Louis Aimé Augustin Le Prince

Chimiste, ingénieur et inventeur français, l'un des pionniers du cinéma

Anúncio

Louis Aimé Augustin Le Prince, né le 28 août 1841 à Metz et disparu mystérieusement le 16 septembre 1890, est un chimiste, ingénieur et inventeur français. Il est l'un des pionniers du cinéma.

Louis Le Prince est le fils d'un militaire de carrière, officier de la Légion d'honneur, et le frère de l'architecte Albert Leprince. Il grandit en passant beaucoup de temps dans l’atelier d'un pionnier de la photographie, Louis Daguerre, ami de son père. Il reçoit de Daguerre des leçons de chimie et il est initié à la photographie. Il pose en tant que modèle pour un daguerréotype, la forme la plus ancienne de la photographie. Il étudie la peinture à Paris puis la chimie à l’université de Leipzig.
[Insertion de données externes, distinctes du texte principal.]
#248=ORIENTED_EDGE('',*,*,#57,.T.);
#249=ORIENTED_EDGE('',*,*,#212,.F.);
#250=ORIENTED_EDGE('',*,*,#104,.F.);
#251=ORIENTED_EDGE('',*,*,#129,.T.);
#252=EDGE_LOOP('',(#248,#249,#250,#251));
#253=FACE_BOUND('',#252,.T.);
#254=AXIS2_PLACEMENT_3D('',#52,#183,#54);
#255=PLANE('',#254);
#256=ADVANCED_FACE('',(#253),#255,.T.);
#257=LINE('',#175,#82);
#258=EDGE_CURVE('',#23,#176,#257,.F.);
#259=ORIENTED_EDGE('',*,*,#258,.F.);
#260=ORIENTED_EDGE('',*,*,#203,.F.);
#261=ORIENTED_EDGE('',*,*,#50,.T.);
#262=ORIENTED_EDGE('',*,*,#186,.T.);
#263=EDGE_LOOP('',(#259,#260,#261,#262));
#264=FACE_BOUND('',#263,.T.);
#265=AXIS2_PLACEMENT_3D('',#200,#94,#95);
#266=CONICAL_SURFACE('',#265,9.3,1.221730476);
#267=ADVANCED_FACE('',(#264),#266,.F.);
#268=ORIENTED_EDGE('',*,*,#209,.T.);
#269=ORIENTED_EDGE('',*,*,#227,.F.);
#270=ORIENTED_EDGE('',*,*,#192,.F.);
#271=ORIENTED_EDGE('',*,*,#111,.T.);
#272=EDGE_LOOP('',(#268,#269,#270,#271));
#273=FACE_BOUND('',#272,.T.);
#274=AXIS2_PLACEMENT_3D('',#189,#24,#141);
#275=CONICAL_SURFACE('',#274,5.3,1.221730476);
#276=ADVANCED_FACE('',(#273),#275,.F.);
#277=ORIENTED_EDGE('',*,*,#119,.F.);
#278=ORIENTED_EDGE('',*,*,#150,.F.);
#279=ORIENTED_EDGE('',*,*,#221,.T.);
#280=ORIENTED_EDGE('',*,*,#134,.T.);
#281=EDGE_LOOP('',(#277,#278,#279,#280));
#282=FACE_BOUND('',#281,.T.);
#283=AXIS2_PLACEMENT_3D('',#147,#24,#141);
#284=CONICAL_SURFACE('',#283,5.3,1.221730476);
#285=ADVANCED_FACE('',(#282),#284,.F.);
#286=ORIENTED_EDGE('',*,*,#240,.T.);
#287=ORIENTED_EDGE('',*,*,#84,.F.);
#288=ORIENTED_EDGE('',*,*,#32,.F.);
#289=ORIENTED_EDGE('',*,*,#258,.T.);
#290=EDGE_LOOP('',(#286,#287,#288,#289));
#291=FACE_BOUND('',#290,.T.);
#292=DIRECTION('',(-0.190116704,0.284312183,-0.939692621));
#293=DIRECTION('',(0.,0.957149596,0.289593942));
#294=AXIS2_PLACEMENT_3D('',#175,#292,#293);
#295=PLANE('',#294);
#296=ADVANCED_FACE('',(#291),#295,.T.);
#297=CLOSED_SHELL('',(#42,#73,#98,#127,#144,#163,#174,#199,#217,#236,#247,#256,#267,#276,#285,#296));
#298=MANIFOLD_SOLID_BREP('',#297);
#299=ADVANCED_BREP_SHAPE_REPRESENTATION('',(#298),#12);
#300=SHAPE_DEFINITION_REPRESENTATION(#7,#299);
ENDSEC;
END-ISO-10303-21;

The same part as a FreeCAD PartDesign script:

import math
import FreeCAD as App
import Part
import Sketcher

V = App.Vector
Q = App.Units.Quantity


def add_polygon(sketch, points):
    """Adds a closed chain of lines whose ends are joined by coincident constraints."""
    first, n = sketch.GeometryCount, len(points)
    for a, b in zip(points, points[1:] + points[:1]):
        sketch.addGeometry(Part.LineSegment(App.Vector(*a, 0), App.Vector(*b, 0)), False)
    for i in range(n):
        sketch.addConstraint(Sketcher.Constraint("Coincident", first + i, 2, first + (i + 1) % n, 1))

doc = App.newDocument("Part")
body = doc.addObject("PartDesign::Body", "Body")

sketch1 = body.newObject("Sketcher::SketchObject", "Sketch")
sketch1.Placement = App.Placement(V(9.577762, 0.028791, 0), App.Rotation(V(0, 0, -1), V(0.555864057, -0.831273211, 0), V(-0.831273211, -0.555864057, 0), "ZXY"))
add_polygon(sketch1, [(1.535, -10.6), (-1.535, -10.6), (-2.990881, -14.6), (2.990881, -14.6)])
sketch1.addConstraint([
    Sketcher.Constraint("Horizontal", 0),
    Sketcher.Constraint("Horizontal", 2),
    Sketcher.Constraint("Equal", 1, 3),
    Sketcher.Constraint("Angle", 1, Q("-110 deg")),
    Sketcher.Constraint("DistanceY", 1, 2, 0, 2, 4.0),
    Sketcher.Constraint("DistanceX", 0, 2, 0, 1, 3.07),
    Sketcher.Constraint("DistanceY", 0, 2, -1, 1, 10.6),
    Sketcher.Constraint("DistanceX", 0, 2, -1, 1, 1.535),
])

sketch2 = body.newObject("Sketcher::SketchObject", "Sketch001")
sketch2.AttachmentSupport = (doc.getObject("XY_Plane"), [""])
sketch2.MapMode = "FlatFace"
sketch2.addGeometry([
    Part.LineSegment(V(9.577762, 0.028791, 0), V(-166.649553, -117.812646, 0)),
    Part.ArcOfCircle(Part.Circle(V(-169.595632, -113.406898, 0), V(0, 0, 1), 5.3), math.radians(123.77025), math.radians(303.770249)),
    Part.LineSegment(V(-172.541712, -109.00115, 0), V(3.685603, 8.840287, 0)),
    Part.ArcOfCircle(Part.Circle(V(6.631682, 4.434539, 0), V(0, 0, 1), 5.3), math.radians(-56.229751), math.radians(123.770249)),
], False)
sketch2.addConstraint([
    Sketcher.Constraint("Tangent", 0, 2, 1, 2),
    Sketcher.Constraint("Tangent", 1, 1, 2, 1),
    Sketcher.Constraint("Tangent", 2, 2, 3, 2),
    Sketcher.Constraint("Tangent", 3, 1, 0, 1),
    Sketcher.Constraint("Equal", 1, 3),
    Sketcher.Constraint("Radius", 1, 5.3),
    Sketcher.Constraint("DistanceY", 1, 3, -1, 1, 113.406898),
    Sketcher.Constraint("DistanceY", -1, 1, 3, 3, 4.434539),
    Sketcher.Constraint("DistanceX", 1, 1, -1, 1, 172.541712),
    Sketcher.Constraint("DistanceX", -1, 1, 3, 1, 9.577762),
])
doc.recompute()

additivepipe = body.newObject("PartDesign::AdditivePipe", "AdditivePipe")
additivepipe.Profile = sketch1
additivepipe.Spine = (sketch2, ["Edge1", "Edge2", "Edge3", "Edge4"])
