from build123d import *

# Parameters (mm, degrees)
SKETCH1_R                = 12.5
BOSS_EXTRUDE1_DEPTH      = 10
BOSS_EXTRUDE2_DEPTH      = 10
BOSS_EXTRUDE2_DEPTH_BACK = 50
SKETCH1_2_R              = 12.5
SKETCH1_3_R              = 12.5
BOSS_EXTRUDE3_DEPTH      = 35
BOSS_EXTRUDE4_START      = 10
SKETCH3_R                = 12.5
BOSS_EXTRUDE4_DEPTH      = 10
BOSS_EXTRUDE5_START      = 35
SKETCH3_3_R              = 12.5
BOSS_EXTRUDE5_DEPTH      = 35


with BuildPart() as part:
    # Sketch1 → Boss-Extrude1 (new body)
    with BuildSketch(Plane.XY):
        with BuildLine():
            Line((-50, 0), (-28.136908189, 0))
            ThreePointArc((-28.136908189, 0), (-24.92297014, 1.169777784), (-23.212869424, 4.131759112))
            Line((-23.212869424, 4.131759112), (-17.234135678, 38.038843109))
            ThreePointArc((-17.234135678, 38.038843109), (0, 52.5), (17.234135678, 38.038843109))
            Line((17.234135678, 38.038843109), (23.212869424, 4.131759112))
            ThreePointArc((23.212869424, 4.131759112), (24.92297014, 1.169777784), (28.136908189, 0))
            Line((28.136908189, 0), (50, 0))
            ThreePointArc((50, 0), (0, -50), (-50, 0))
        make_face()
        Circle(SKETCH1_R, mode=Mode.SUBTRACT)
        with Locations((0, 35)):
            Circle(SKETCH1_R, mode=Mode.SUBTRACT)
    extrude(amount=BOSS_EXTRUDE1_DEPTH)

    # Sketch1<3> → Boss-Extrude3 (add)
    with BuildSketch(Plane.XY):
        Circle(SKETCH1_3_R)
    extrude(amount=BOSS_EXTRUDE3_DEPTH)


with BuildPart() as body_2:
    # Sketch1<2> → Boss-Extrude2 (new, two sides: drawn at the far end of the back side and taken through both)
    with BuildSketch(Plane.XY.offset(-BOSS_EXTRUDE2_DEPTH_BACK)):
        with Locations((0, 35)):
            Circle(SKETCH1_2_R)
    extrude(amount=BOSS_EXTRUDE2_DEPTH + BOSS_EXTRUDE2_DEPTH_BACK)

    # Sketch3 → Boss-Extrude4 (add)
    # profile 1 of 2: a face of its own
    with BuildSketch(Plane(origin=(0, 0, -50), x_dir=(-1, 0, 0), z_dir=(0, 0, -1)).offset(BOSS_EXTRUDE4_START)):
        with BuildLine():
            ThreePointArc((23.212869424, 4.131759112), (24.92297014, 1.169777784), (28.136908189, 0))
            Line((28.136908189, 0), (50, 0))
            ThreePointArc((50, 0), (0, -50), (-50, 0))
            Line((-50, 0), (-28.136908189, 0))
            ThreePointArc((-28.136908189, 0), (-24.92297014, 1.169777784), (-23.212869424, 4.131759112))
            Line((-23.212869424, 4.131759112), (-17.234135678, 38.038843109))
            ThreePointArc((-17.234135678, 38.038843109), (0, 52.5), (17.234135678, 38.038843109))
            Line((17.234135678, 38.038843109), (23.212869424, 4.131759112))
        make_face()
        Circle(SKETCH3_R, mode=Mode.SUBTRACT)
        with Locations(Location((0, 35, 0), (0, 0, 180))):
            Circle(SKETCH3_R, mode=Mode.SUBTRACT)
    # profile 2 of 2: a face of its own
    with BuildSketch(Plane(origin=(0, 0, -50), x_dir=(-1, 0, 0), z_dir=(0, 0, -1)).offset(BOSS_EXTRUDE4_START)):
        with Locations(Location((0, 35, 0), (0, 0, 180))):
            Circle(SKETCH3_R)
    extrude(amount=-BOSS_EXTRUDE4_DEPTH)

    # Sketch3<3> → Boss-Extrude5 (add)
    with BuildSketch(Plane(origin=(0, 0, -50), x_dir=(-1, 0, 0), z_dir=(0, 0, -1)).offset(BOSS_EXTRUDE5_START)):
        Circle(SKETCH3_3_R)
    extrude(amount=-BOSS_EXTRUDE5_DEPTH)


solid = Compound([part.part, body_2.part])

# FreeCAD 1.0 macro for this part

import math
import FreeCAD as App
import Part
import Sketcher

V = App.Vector
Q = App.Units.Quantity

doc = App.newDocument("Part")
body = doc.addObject("PartDesign::Body", "Body")

# Sketch on XY plane
sketch1 = doc.addObject("Sketcher::SketchObject", "Sketch")
body.addObject(sketch1)
sketch1.AttachmentSupport = (doc.XY_Plane, [""])
sketch1.MapMode = "FlatFace"
sketch1.addGeometry(Part.LineSegment(V(-28.1, 0, 0), V(-50, 0, 0)), False)
sketch1.addGeometry(Part.ArcOfCircle(Part.Circle(V(0, 0, 0), V(0, 0, 1), 50), math.radians(180), math.radians(360)), False)
sketch1.addGeometry(Part.LineSegment(V(50, 0, 0), V(28.1, 0, 0)), False)
sketch1.addGeometry(Part.ArcOfCircle(Part.Circle(V(28.1, 5, 0), V(0, 0, 1), 5), math.radians(-170), math.radians(-90)), False)
sketch1.addGeometry(Part.LineSegment(V(23.2, 4.1, 0), V(17.2, 38, 0)), False)
sketch1.addGeometry(Part.ArcOfCircle(Part.Circle(V(0, 35, 0), V(0, 0, 1), 17.5), math.radians(10), math.radians(170)), False)
sketch1.addGeometry(Part.LineSegment(V(-17.2, 38, 0), V(-23.2, 4.1, 0)), False)
sketch1.addGeometry(Part.ArcOfCircle(Part.Circle(V(-28.1, 5, 0), V(0, 0, 1), 5), math.radians(-90), math.radians(-10)), False)
sketch1.addGeometry(Part.Circle(V(0, 0, 0), V(0, 0, 1), 12.5), False)
sketch1.addGeometry(Part.Circle(V(0, 35, 0), V(0, 0, 1), 12.5), False)
sketch1.addConstraint(Sketcher.Constraint("Coincident", 0, 2, 1, 1))
sketch1.addConstraint(Sketcher.Constraint("Coincident", 1, 2, 2, 1))
sketch1.addConstraint(Sketcher.Constraint("Tangent", 2, 2, 3, 2))
sketch1.addConstraint(Sketcher.Constraint("Tangent", 3, 1, 4, 1))
sketch1.addConstraint(Sketcher.Constraint("Tangent", 4, 2, 5, 1))
sketch1.addConstraint(Sketcher.Constraint("Tangent", 5, 2, 6, 1))
sketch1.addConstraint(Sketcher.Constraint("Tangent", 6, 2, 7, 2))
sketch1.addConstraint(Sketcher.Constraint("Tangent", 7, 1, 0, 1))
sketch1.addConstraint(Sketcher.Constraint("Horizontal", 0))
sketch1.addConstraint(Sketcher.Constraint("Horizontal", 2))
sketch1.addConstraint(Sketcher.Constraint("Coincident", 1, 3, -1, 1))
sketch1.addConstraint(Sketcher.Constraint("Coincident", 8, 3, -1, 1))
sketch1.addConstraint(Sketcher.Constraint("Coincident", 9, 3, 5, 3))
sketch1.addConstraint(Sketcher.Constraint("Equal", 3, 7))
sketch1.addConstraint(Sketcher.Constraint("Equal", 8, 9))
sketch1.addConstraint(Sketcher.Constraint("Symmetric", 2, 2, 7, 1, -1, 1))
sketch1.addConstraint(Sketcher.Constraint("Symmetric", 4, 2, 5, 2, -2))
sketch1.addConstraint(Sketcher.Constraint("Diameter", 8, Q("25 mm")))
sketch1.addConstraint(Sketcher.Constraint("Radius", 1, Q("50 mm")))
sketch1.addConstraint(Sketcher.Constraint("Radius", 3, Q("5 mm")))
sketch1.addConstraint(Sketcher.Constraint("Radius", 5, Q("17.5 mm")))
sketch1.addConstraint(Sketcher.Constraint("Angle", 4, Q("100 deg")))
sketch1.addConstraint(Sketcher.Constraint("DistanceY", -1, 1, 5, 3, Q("35 mm")))
pad1 = doc.addObject("PartDesign::Pad", "Pad")
body.addObject(pad1)
pad1.Profile = sketch1
pad1.Length = 10

# Sketch on XY plane
sketch2 = doc.addObject("Sketcher::SketchObject", "Sketch001")
body.addObject(sketch2)
sketch2.AttachmentSupport = (doc.XY_Plane, [""])
sketch2.MapMode = "FlatFace"
sketch2.addGeometry(Part.Circle(V(0, 0, 0), V(0, 0, 1), 12), False)
sketch2.addConstraint(Sketcher.Constraint("Coincident", 0, 3, -1, 1))
sketch2.addConstraint(Sketcher.Constraint("Diameter", 0, Q("25 mm")))
pad2 = doc.addObject("PartDesign::Pad", "Pad001")
body.addObject(pad2)
pad2.Profile = sketch2
pad2.Length = 35
body2 = doc.addObject("PartDesign::Body", "Body001")

# Sketch on XY plane
sketch3 = doc.addObject("Sketcher::SketchObject", "Sketch002")
body2.addObject(sketch3)
sketch3.AttachmentSupport = (doc.getObject("XY_Plane001"), [""])
sketch3.MapMode = "FlatFace"
sketch3.addGeometry(Part.Circle(V(0, 35, 0), V(0, 0, 1), 12), False)
sketch3.addConstraint(Sketcher.Constraint("PointOnObject", 0, 3, -2))
sketch3.addConstraint(Sketcher.Constraint("Diameter", 0, Q("25 mm")))
sketch3.addConstraint(Sketcher.Constraint("DistanceY", -1, 1, 0, 3, Q("35 mm")))
pad3 = doc.addObject("PartDesign::Pad", "Pad002")
body2.addObject(pad3)
pad3.Profile = sketch3
pad3.Type = "TwoLengths"
pad3.Length = 10
pad3.Length2 = 50

# Sketch on XY plane
sketch4 = doc.addObject("Sketcher::SketchObject", "Sketch003")
body2.addObject(sketch4)
sketch4.AttachmentSupport = (doc.getObject("XY_Plane001"), [""])
sketch4.MapMode = "FlatFace"
sketch4.AttachmentOffset = App.Placement(V(0, 0, -60), App.Rotation())
sketch4.addGeometry(Part.ArcOfCircle(Part.Circle(V(-28.1, 5, 0), V(0, 0, 1), 5), math.radians(-90), math.radians(-10)), False)
sketch4.addGeometry(Part.LineSegment(V(-23.2, 4.1, 0), V(-17.2, 38, 0)), False)
sketch4.addGeometry(Part.ArcOfCircle(Part.Circle(V(0, 35, 0), V(0, 0, 1), 17.5), math.radians(10), math.radians(170)), False)
sketch4.addGeometry(Part.LineSegment(V(17.2, 38, 0), V(23.2, 4.1, 0)), False)
sketch4.addGeometry(Part.ArcOfCircle(Part.Circle(V(28.1, 5, 0), V(0, 0, 1), 5), math.radians(-170), math.radians(-90)), False)
sketch4.addGeometry(Part.LineSegment(V(28.1, 0, 0), V(50, 0, 0)), False)
sketch4.addGeometry(Part.ArcOfCircle(Part.Circle(V(0, 0, 0), V(0, 0, 1), 50), math.radians(180), math.radians(360)), False)
sketch4.addGeometry(Part.LineSegment(V(-50, 0, 0), V(-28.1, 0, 0)), False)
sketch4.addGeometry(Part.Circle(V(0, 0, 0), V(0, 0, 1), 12.5), False)
sketch4.addConstraint(Sketcher.Constraint("Tangent", 0, 2, 1, 1))
sketch4.addConstraint(Sketcher.Constraint("Tangent", 1, 2, 2, 2))
sketch4.addConstraint(Sketcher.Constraint("Tangent", 2, 1, 3, 1))
sketch4.addConstraint(Sketcher.Constraint("Tangent", 3, 2, 4, 1))
sketch4.addConstraint(Sketcher.Constraint("Tangent", 4, 2, 5, 1))
sketch4.addConstraint(Sketcher.Constraint("Coincident", 5, 2, 6, 2))
sketch4.addConstraint(Sketcher.Constraint("Coincident", 6, 1, 7, 1))
sketch4.addConstraint(Sketcher.Constraint("Tangent", 7, 2, 0, 1))
sketch4.addConstraint(Sketcher.Constraint("Horizontal", 5))
sketch4.addConstraint(Sketcher.Constraint("Horizontal", 7))
sketch4.addConstraint(Sketcher.Constraint("Coincident", 6, 3, -1, 1))
sketch4.addConstraint(Sketcher.Constraint("Coincident", 8, 3, -1, 1))
sketch4.addConstraint(Sketcher.Constraint("Equal", 0, 4))
sketch4.addConstraint(Sketcher.Constraint("Symmetric", 4, 2, 7, 2, -1, 1))
sketch4.addConstraint(Sketcher.Constraint("Symmetric", 1, 2, 2, 1, -2))
sketch4.addConstraint(Sketcher.Constraint("Diameter", 8, Q("25 mm")))
sketch4.addConstraint(Sketcher.Constraint("Radius", 0, Q("5 mm")))
sketch4.addConstraint(Sketcher.Constraint("Radius", 6, Q("50 mm")))
sketch4.addConstraint(Sketcher.Constraint("Radius", 2, Q("17.5 mm")))
sketch4.addConstraint(Sketcher.Constraint("Angle", 1, Q("80 deg")))
sketch4.addConstraint(Sketcher.Constraint("DistanceY", -1, 1, 2, 3, Q("35 mm")))
pad4 = doc.addObject("PartDesign::Pad", "Pad003")
body2.addObject(pad4)
pad4.Profile = sketch4
pad4.Length = 10

# Sketch on XY plane
sketch5 = doc.addObject("Sketcher::SketchObject", "Sketch004")
body2.addObject(sketch5)
sketch5.AttachmentSupport = (doc.getObject("XY_Plane001"), [""])
sketch5.MapMode = "FlatFace"
sketch5.AttachmentOffset = App.Placement(V(0, 0, -85), App.Rotation())
sketch5.addGeometry(Part.Circle(V(0, 0, 0), V(0, 0, 1), 12), False)
sketch5.addConstraint(Sketcher.Constraint("Coincident", 0, 3, -1, 1))
sketch5.addConstraint(Sketcher.Constraint("Diameter", 0, Q("25 mm")))
pad5 = doc.addObject("PartDesign::Pad", "Pad004")
body2.addObject(pad5)
pad5.Profile = sketch5
pad5.Length = 35

doc.recompute()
En 1868, il part vivre à Leeds dans le Yorkshire de l'Ouest en Angleterre après avoir été invité à rejoindre un ami d’université, le riche industriel britannique John Whitley, dans la Whitley Partners of Hunslet (en), une entreprise de fondeurs de laiton fabriquant des valves et des composants. En 1869, il épouse Elizabeth Whitley, sœur de John et artiste talentueuse. En 1871, Louis et sa femme créent une école d’art appliqué, The Leeds Technical School of Art. Ils acquièrent une renommée dans l’art de fixer des photographies en couleur sur le métal et les poteries, ce qui les amène à réaliser les portraits de la reine Victoria et du premier ministre William Gladstone, portraits qui sont enfermés dans une capsule temporelle, construite par Whitley Partners of Hunslet, placée dans les fondations de l’obélisque de Cléopâtre sur les bords de la Tamise.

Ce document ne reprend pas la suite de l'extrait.